Monica Menchi, direttrice artistica della rassegna teatrale con la quale la Turati ha scommesso su una proposta culturale per il territorio, traccia un primo bilancio per “In-canti sotto la luna”.

Bilancio positivo per la prima edizione di “In-canti sotto la luna“, la rassegna teatrale che la Fondazione Filippo Turati Onlus ha realizzato nel giardino del Centro socio-sanitario di Gavinana (PT). Il suo successo non era scontato: la manifestazione ha rappresentato un esperimento pilota, ispirato anche dalla volontà di contribuire all’offerta culturale della Montagna pistoiese nel periodo estivo. Ne parliamo con Monica Menchi, attrice  e regista teatrale che ha curato la direzione artistica del cartellone.

Un commento a caldo su questa esperienza?

«Assolutamente positivo. È andata molto bene, il pubblico è andato ad aumentare.
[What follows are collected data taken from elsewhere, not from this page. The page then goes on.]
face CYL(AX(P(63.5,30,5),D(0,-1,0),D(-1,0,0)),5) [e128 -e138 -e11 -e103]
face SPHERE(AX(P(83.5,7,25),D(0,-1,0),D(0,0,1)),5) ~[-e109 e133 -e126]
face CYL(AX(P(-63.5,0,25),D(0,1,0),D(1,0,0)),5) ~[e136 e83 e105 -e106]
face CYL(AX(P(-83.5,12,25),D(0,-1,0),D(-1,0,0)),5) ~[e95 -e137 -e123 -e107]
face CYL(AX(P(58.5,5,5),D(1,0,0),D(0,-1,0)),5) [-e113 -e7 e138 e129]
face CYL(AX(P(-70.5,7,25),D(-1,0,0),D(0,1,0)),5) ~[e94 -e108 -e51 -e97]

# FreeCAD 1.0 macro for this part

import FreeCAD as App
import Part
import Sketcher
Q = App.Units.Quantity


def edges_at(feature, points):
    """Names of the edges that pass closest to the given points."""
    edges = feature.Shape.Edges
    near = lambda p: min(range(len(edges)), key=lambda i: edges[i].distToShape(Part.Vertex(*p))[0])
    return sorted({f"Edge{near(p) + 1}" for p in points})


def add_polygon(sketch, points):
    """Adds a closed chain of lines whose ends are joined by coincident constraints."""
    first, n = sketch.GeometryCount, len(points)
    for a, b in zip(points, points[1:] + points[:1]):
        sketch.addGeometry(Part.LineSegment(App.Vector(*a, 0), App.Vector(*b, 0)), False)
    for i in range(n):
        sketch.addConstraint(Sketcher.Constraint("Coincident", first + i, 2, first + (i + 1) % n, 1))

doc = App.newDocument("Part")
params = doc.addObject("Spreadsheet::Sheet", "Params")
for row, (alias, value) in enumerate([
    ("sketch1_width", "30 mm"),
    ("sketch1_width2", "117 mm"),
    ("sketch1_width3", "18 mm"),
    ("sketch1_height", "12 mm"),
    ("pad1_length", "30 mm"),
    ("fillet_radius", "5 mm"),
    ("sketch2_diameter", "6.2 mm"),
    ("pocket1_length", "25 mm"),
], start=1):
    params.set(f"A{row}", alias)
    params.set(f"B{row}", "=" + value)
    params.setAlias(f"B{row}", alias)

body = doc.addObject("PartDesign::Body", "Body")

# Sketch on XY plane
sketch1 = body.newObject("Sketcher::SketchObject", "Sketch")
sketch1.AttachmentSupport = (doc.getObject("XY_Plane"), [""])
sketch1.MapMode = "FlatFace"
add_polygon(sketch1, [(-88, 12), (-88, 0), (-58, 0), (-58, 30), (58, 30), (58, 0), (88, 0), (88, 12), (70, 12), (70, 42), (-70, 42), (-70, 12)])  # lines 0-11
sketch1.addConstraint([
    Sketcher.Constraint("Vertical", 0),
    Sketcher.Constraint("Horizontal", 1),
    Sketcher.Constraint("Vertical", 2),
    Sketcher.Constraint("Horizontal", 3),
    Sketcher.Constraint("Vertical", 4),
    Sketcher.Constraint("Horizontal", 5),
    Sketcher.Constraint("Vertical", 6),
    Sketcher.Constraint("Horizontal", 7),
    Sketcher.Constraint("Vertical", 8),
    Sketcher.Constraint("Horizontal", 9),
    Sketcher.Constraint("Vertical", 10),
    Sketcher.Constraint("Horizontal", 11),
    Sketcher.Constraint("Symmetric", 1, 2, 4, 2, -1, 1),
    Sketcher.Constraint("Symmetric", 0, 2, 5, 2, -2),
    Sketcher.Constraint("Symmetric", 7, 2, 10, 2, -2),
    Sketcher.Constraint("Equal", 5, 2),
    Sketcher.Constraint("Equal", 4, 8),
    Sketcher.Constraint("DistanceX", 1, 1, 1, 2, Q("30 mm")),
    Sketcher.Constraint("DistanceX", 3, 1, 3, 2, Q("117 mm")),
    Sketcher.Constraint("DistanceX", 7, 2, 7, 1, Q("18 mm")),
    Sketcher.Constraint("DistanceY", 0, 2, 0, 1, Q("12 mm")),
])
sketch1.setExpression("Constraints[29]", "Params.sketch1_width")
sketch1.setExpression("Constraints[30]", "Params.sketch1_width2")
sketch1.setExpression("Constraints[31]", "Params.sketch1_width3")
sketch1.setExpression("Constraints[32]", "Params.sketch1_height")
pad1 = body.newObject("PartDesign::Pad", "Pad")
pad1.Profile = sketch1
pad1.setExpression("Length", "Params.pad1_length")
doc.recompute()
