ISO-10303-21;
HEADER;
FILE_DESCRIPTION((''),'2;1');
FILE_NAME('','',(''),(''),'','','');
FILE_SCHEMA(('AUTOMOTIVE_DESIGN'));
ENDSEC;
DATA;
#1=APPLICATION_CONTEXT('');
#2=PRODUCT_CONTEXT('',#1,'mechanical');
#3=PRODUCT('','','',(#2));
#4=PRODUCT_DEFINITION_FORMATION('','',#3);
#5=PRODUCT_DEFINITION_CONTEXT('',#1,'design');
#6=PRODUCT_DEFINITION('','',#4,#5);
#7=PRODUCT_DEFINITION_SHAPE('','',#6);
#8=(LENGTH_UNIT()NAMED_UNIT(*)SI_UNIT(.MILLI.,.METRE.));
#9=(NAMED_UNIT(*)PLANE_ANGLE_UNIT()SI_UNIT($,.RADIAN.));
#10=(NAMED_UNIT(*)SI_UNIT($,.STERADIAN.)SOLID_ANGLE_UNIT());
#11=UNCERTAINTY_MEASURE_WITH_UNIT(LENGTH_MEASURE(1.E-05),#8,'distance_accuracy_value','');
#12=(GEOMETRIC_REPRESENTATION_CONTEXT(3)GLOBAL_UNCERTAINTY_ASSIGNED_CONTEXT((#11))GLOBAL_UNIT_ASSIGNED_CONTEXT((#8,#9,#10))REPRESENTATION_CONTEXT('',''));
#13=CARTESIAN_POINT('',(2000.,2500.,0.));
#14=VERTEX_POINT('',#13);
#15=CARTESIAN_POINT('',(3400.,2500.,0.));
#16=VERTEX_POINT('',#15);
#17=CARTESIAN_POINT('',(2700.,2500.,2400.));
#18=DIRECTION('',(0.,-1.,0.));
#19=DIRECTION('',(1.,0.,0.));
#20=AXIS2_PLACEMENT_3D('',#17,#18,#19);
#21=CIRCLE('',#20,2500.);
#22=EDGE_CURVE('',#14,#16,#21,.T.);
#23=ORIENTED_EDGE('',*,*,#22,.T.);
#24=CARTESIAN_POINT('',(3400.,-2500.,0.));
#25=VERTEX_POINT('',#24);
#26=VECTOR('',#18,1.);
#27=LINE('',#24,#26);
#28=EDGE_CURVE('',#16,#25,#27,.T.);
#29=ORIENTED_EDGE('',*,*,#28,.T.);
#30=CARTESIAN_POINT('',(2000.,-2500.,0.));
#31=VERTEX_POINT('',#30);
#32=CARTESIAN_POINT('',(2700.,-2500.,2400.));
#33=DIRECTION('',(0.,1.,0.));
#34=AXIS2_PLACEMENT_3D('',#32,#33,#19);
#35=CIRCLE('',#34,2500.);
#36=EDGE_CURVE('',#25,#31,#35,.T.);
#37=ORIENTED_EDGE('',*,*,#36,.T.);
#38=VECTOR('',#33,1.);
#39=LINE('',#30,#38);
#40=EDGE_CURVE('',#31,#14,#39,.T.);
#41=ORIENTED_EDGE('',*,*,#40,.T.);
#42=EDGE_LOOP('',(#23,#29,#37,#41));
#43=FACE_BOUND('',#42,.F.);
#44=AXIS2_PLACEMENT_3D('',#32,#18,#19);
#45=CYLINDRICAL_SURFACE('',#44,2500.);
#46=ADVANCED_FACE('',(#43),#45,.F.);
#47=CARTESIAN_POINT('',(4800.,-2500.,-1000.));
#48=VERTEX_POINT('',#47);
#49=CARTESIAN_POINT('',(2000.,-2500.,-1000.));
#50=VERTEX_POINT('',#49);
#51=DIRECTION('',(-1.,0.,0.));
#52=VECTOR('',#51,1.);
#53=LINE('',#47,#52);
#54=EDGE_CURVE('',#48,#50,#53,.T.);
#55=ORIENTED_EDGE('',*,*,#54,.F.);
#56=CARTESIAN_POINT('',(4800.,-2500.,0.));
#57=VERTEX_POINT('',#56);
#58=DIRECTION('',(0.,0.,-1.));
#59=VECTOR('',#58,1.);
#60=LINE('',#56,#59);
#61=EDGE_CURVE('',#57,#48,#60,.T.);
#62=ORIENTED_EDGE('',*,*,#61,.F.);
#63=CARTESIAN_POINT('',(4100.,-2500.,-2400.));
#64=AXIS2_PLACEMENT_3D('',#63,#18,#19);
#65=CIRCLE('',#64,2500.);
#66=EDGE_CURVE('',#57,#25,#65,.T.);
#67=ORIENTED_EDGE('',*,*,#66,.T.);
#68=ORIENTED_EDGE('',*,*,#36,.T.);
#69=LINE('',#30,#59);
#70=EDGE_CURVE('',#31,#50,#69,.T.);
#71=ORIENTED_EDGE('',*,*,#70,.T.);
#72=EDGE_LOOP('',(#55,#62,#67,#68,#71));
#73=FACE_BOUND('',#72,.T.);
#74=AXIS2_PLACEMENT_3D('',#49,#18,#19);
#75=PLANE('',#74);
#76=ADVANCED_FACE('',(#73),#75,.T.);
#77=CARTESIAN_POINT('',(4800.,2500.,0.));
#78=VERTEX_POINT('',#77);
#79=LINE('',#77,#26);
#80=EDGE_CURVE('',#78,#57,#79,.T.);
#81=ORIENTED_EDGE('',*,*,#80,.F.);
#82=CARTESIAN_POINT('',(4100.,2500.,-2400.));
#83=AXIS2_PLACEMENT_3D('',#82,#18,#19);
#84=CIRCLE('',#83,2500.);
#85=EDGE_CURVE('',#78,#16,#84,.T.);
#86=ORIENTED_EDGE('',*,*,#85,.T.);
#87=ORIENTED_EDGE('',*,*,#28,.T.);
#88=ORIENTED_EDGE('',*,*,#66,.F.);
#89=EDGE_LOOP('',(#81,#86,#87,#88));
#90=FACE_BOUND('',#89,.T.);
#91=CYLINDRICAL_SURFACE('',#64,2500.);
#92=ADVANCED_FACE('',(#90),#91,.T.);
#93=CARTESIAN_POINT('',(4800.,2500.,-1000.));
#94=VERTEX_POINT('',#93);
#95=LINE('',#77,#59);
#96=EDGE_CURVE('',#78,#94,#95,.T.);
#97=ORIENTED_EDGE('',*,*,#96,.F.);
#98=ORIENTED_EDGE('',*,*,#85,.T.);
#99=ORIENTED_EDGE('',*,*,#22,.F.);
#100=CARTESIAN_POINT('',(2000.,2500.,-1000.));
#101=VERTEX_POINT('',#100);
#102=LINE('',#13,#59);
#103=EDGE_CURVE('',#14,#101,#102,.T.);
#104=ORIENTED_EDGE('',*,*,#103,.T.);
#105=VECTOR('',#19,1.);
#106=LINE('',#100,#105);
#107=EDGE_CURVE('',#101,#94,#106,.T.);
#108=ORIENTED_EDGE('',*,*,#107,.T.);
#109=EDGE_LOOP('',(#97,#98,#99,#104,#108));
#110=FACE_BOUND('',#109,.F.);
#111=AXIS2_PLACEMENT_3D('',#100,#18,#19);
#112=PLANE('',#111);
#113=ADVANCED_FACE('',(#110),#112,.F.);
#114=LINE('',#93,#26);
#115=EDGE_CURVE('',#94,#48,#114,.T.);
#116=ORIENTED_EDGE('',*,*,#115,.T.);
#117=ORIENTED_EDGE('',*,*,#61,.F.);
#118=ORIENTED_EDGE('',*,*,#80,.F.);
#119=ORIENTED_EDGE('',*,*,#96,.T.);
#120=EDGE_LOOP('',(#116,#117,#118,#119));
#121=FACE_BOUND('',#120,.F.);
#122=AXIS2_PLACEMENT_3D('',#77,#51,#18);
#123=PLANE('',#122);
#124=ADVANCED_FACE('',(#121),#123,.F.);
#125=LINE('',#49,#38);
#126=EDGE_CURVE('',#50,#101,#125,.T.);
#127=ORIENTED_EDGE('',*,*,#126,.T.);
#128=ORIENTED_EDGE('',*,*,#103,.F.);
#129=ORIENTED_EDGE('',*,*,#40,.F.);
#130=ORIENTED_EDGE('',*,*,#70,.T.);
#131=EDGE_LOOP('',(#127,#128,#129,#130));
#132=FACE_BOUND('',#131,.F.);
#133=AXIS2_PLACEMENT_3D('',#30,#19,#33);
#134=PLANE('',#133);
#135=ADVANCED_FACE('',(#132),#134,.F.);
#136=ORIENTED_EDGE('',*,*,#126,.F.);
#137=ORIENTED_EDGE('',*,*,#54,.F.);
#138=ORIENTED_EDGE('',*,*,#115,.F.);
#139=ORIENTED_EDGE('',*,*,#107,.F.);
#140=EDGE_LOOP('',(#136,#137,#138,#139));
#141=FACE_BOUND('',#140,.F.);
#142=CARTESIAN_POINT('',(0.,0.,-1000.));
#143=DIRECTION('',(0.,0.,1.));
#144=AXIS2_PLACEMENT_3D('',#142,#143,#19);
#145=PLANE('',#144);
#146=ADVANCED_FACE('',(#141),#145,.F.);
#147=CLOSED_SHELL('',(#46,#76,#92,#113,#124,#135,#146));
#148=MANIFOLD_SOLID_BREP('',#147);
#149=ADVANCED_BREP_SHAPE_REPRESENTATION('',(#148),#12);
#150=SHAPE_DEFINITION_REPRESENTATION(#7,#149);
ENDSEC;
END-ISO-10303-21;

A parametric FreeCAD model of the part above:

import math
import FreeCAD as App
import Part
import Sketcher
from FreeCAD import Vector

doc = App.newDocument("Part")
body = doc.addObject("PartDesign::Body", "Body")

# Sketch on XY plane
sketch1 = body.newObject("Sketcher::SketchObject", "Sketch")
sketch1.AttachmentSupport = (doc.getObject("XY_Plane"), [""])
sketch1.MapMode = "FlatFace"
sketch1.addGeometry([
    Part.LineSegment(Vector(4800, 2500, 0), Vector(2000, 2500, 0)),
    Part.LineSegment(Vector(2000, 2500, 0), Vector(2000, -2500, 0)),
    Part.LineSegment(Vector(2000, -2500, 0), Vector(4800, -2500, 0)),
    Part.LineSegment(Vector(4800, -2500, 0), Vector(4800, 2500, 0)),
], False)
sketch1.addConstraint([
    Sketcher.Constraint("Coincident", 0, 2, 1, 1),
    Sketcher.Constraint("Coincident", 1, 2, 2, 1),
    Sketcher.Constraint("Coincident", 2, 2, 3, 1),
    Sketcher.Constraint("Coincident", 3, 2, 0, 1),
    Sketcher.Constraint("Horizontal", 0),
    Sketcher.Constraint("Vertical", 1),
    Sketcher.Constraint("Horizontal", 2),
    Sketcher.Constraint("Vertical", 3),
    Sketcher.Constraint("DistanceX", 0, 2, 0, 1, 2800.0),
    Sketcher.Constraint("DistanceY", 1, 2, 1, 1, 5000.0),
    Sketcher.Constraint("DistanceX", -1, 1, 0, 2, 2000.0),
    Sketcher.Constraint("DistanceY", -1, 1, 0, 2, 2500.0),
])
pad1 = body.newObject("PartDesign::Pad", "Pad")
pad1.Profile = sketch1
pad1.Length = 1000
pad1.Reversed = True

# Sketch on XZ plane
sketch2 = body.newObject("Sketcher::SketchObject", "Sketch001")
sketch2.AttachmentSupport = (doc.getObject("XZ_Plane"), [""])
sketch2.MapMode = "FlatFace"
sketch2.AttachmentOffset = App.Placement(Vector(0, 0, 2500), App.Rotation())
sketch2.addGeometry(Part.Circle(Vector(2700, 2400, 0), Vector(0, 0, 1), 2500), False)
sketch2.addConstraint([
    Sketcher.Constraint("Diameter", 0, 5000.0),
    Sketcher.Constraint("DistanceX", -1, 1, 0, 3, 2700.0),
    Sketcher.Constraint("DistanceY", -1, 1, 0, 3, 2400.0),
])
pocket1 = body.newObject("PartDesign::Pocket", "Pocket")
pocket1.Profile = sketch2
pocket1.Type = "ThroughAll"

# Sketch on XZ plane
sketch3 = body.newObject("Sketcher::SketchObject", "Sketch002")
sketch3.AttachmentSupport = (doc.getObject("XZ_Plane"), [""])
sketch3.MapMode = "FlatFace"
sketch3.AttachmentOffset = App.Placement(Vector(0, 0, 2500), App.Rotation())
sketch3.addGeometry([
    Part.LineSegment(Vector(3400, 0, 0), Vector(4800, 0, 0)),
    Part.ArcOfCircle(Part.Circle(Vector(4100, -2400, 0), Vector(0, 0, 1), 2500), math.radians(74), math.radians(106)),
], False)
sketch3.addConstraint([
    Sketcher.Constraint("Coincident", 0, 1, 1, 2),
    Sketcher.Constraint("Coincident", 1, 1, 0, 2),
    Sketcher.Constraint("Horizontal", 0),
    Sketcher.Constraint("PointOnObject", 0, 1, -1),
    Sketcher.Constraint("Radius", 1, 2500.0),
    Sketcher.Constraint("DistanceX", 0, 1, 0, 2, 1400.0),
    Sketcher.Constraint("DistanceX", -1, 1, 1, 3, 4100.0),
])
pad2 = body.newObject("PartDesign::Pad", "Pad001")
pad2.Profile = sketch3
pad2.Length = 5000
pad2.Reversed = True

doc.recompute()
Abbiamo piantato un seme che fa ben sperare per questo territorio: sulla Montagna pistoiese negli ultimi anni hanno chiuso i battenti tanti cinema e teatri, perciò il nostro ha voluto essere anche un messaggio di rinnovamento e un tentativo di mostrare che è possibile non far sparire questo tipo di opportunità. Non solo: per molti ospiti del Centro socio-sanitario, “In-canti sotto la luna” ha significato tornare a teatro dopo tanto tempo».

Cosa ha ispirato la programmazione proposta?
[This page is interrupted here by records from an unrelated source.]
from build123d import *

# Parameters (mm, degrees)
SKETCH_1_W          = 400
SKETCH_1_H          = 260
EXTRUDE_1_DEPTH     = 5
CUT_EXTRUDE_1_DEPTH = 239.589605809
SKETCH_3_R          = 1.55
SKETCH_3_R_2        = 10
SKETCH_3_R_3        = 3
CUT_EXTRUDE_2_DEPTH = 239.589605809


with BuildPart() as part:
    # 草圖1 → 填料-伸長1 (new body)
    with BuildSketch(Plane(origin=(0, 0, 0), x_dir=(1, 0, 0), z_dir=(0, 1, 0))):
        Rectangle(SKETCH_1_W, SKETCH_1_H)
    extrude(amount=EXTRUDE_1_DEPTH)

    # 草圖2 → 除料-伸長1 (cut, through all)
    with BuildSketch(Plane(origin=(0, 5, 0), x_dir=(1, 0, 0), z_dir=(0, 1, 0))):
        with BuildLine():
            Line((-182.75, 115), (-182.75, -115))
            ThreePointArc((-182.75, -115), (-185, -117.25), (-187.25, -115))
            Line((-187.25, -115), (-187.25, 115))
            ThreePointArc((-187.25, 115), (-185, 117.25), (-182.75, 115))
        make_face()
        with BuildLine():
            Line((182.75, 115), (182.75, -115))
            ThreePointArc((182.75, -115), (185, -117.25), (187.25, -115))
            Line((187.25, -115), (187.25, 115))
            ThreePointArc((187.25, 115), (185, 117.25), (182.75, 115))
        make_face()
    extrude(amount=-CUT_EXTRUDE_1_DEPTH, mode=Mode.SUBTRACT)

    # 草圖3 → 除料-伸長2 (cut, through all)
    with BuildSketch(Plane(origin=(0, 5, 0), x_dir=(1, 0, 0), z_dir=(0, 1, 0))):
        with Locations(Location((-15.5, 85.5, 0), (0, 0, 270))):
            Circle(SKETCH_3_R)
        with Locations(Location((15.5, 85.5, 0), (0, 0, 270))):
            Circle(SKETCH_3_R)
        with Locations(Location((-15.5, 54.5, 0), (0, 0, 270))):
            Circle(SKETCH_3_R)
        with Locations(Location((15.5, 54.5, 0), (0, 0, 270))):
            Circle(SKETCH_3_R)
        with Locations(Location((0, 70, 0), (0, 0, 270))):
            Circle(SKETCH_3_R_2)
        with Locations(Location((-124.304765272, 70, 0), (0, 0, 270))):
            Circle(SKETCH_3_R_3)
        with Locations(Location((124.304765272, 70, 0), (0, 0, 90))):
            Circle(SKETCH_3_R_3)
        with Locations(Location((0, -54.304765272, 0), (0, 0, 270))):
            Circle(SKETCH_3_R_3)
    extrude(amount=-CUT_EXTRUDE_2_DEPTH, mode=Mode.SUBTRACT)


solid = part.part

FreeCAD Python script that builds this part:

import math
import FreeCAD as App
import Part
import Sketcher

doc = App.newDocument("Part")
body = doc.addObject("PartDesign::Body", "Body")

sketch1 = doc.addObject("Sketcher::SketchObject", "Sketch")
body.addObject(sketch1)
sketch1.AttachmentSupport = (doc.XZ_Plane, [""])
sketch1.MapMode = "FlatFace"
sketch1.addGeometry([
    Part.LineSegment(App.Vector(-200, -130, 0), App.Vector(-200, 130, 0)),
    Part.LineSegment(App.Vector(-200, 130, 0), App.Vector(200, 130, 0)),
    Part.LineSegment(App.Vector(200, 130, 0), App.Vector(200, -130, 0)),
    Part.LineSegment(App.Vector(200, -130, 0), App.Vector(-200, -130, 0)),
], False)
sketch1.addConstraint([
    Sketcher.Constraint("Coincident", 0, 2, 1, 1),
    Sketcher.Constraint("Coincident", 1, 2, 2, 1),
    Sketcher.Constraint("Coincident", 2, 2, 3, 1),
    Sketcher.Constraint("Coincident", 3, 2, 0, 1),
    Sketcher.Constraint("Vertical", 0),
    Sketcher.Constraint("Horizontal", 1),
    Sketcher.Constraint("Vertical", 2),
    Sketcher.Constraint("Horizontal", 3),
    Sketcher.Constraint("Symmetric", 0, 2, 2, 2, -1, 1),
    Sketcher.Constraint("DistanceX", 1, 1, 1, 2, 400.0),
    Sketcher.Constraint("DistanceY", 0, 1, 0, 2, 260.0),
])
pad1 = doc.addObject("PartDesign::Pad", "Pad")
body.addObject(pad1)
pad1.Profile = sketch1
pad1.Length = 5
pad1.Reversed = True

sketch2 = doc.addObject("Sketcher::SketchObject", "Sketch001")
body.addObject(sketch2)
sketch2.AttachmentSupport = (doc.XZ_Plane, [""])
sketch2.MapMode = "FlatFace"
sketch2.AttachmentOffset = App.Placement(App.Vector(0, 0, -5), App.Rotation())
sketch2.addGeometry([
    Part.LineSegment(App.Vector(-182.8, 115, 0), App.Vector(-182.8, -115, 0)),
    Part.ArcOfCircle(Part.Circle(App.Vector(-185, -115, 0), App.Vector(0, 0, 1), 2.2), math.radians(180), math.radians(360)),
    Part.LineSegment(App.Vector(-187.2, -115, 0), App.Vector(-187.2, 115, 0)),
    Part.ArcOfCircle(Part.Circle(App.Vector(-185, 115, 0), App.Vector(0, 0, 1), 2.2), math.radians(0), math.radians(180)),
    Part.LineSegment(App.Vector(182.8, -115, 0), App.Vector(182.8, 115, 0)),
    Part.ArcOfCircle(Part.Circle(App.Vector(185, 115, 0), App.Vector(0, 0, 1), 2.2), math.radians(0), math.radians(180)),
    Part.LineSegment(App.Vector(187.2, 115, 0), App.Vector(187.2, -115, 0)),
    Part.ArcOfCircle(Part.Circle(App.Vector(185, -115, 0), App.Vector(0, 0, 1), 2.2), math.radians(180), math.radians(360)),
], False)
sketch2.addConstraint([
    Sketcher.Constraint("Tangent", 0, 2, 1, 2),
    Sketcher.Constraint("Tangent", 1, 1, 2, 1),
    Sketcher.Constraint("Tangent", 2, 2, 3, 2),
    Sketcher.Constraint("Tangent", 3, 1, 0, 1),
    Sketcher.Constraint("Tangent", 4, 2, 5, 2),
    Sketcher.Constraint("Tangent", 5, 1, 6, 1),
    Sketcher.Constraint("Tangent", 6, 2, 7, 2),
    Sketcher.Constraint("Tangent", 7, 1, 4, 1),
    Sketcher.Constraint("Vertical", 0),
    Sketcher.Constraint("Vertical", 2),
    Sketcher.Constraint("Vertical", 4),
    Sketcher.Constraint("Vertical", 6),
    Sketcher.Constraint("Equal", 3, 5),
    Sketcher.Constraint("Symmetric", 1, 3, 5, 3, -1, 1),
    Sketcher.Constraint("Horizontal", 3, 3, 5, 3),
    Sketcher.Constraint("Horizontal", 1, 3, 7, 3),
    Sketcher.Constraint("DistanceY", 0, 2, 0, 1, 230.0),
    Sketcher.Constraint("Radius", 1, 2.25),
    Sketcher.Constraint("DistanceX", 1, 3, -1, 1, 185.0),
])
pocket1 = doc.addObject("PartDesign::Pocket", "Pocket")
body.addObject(pocket1)
pocket1.Profile = sketch2
pocket1.Type = "ThroughAll"
pocket1.Reversed = True

sketch3 = doc.addObject("Sketcher::SketchObject", "Sketch002")
body.addObject(sketch3)
sketch3.AttachmentSupport = (doc.XZ_Plane, [""])
sketch3.MapMode = "FlatFace"
sketch3.AttachmentOffset = App.Placement(App.Vector(0, 0, -5), App.Rotation())
sketch3.addGeometry([
    Part.Circle(App.Vector(-15.5, -85.5, 0), App.Vector(0, 0, 1), 1.6),
    Part.Circle(App.Vector(15.5, -85.5, 0), App.Vector(0, 0, 1), 1.6),
    Part.Circle(App.Vector(-15.5, -54.5, 0), App.Vector(0, 0, 1), 1.6),
    Part.Circle(App.Vector(15.5, -54.5, 0), App.Vector(0, 0, 1), 1.6),
    Part.Circle(App.Vector(0, -70, 0), App.Vector(0, 0, 1), 10),
    Part.Circle(App.Vector(-124.3, -70, 0), App.Vector(0, 0, 1), 3),
    Part.Circle(App.Vector(124.3, -70, 0), App.Vector(0, 0, 1), 3),
    Part.Circle(App.Vector(0, 54.3, 0), App.Vector(0, 0, 1), 3),
], False)
sketch3.addConstraint([
    Sketcher.Constraint("Equal", 0, 1),
    Sketcher.Constraint("Equal", 1, 2),
    Sketcher.Constraint("Equal", 2, 3),
    Sketcher.Constraint("Equal", 5, 6),
    Sketcher.Constraint("Equal", 6, 7),
    Sketcher.Constraint("Symmetric", 0, 3, 1, 3, -2),
    Sketcher.Constraint("Symmetric", 2, 3, 3, 3, -2),
    Sketcher.Constraint("Symmetric", 5, 3, 6, 3, -2),
    Sketcher.Constraint("PointOnObject", 4, 3, -2),
    Sketcher.Constraint("PointOnObject", 7, 3, -2),
    Sketcher.Constraint("Horizontal", 4, 3, 5, 3),
    Sketcher.Constraint("Vertical", 0, 3, 2, 3),
    Sketcher.Constraint("Diameter", 4, 20.0),
    Sketcher.Constraint("Diameter", 5, 6.0),
    Sketcher.Constraint("Diameter", 0, 3.1),
    Sketcher.Constraint("DistanceY", 4, 3, -1, 1, 70.0),
    Sketcher.Constraint("DistanceX", 0, 3, 1, 3, 31.0),
    Sketcher.Constraint("DistanceY", 0, 3, 2, 3, 31.0),
    Sketcher.Constraint("DistanceY", 0, 3, -1, 1, 85.5),
    Sketcher.Constraint("DistanceX", 5, 3, -1, 1, 124.304765),
    Sketcher.Constraint("DistanceY", -1, 1, 7, 3, 54.304765),
])
pocket2 = doc.addObject("PartDesign::Pocket", "Pocket001")
body.addObject(pocket2)
pocket2.Profile = sketch3
pocket2.Type = "ThroughAll"
pocket2.Reversed = True

doc.recompute()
«I quattro titoli in cartellone sono accomunati dalla commistione di teatro e musica, alla quale mi avvicino sempre più. È una formula decisamente vincente, che piace al pubblico e che risulta godibile e adatta all’aperto. Ma un testo più variegato non necessariamente è minore rispetto a un Pirandello o a uno Shakespeare».

Sono caratteristiche anche del suo “Edith Piaf: tra storia e mito”, che ha chiuso la manifestazione. Sta lavorando a progetti simili?

«Al momento sto portando in giro proprio “Edith Piaf” e “La vita accanto” (regia di Cristina Pezzoli, ndr), che a breve sarà a Quarrata e poi a Napoli. Ma in effetti sto preparando “Ti parlerò d’amor“, un tuffo nella musica italiana, melodica e non, dagli anni ’50 in poi, con il quale debutterò a novembre. Sono inoltre impegnata nella direzione artistica della rassegna “Muse“, della Fondazione Alta Toscana, e collaboro alla stagione del teatro Buonalaprima (Buggiano). Qui tengo corsi di teatro in aggiunta a quelli dell’associazione Progetto teatro di Pistoia».

Idee per la seconda edizione di “In-canti sotto la luna”?

«Sto prendendo i primi contatti per il cartellone del 2019. Proseguiremo con il mix tra poesia, musica e teatro, proponendo uno o due nomi di richiamo insieme ad altri meno celebri ma sempre di qualità».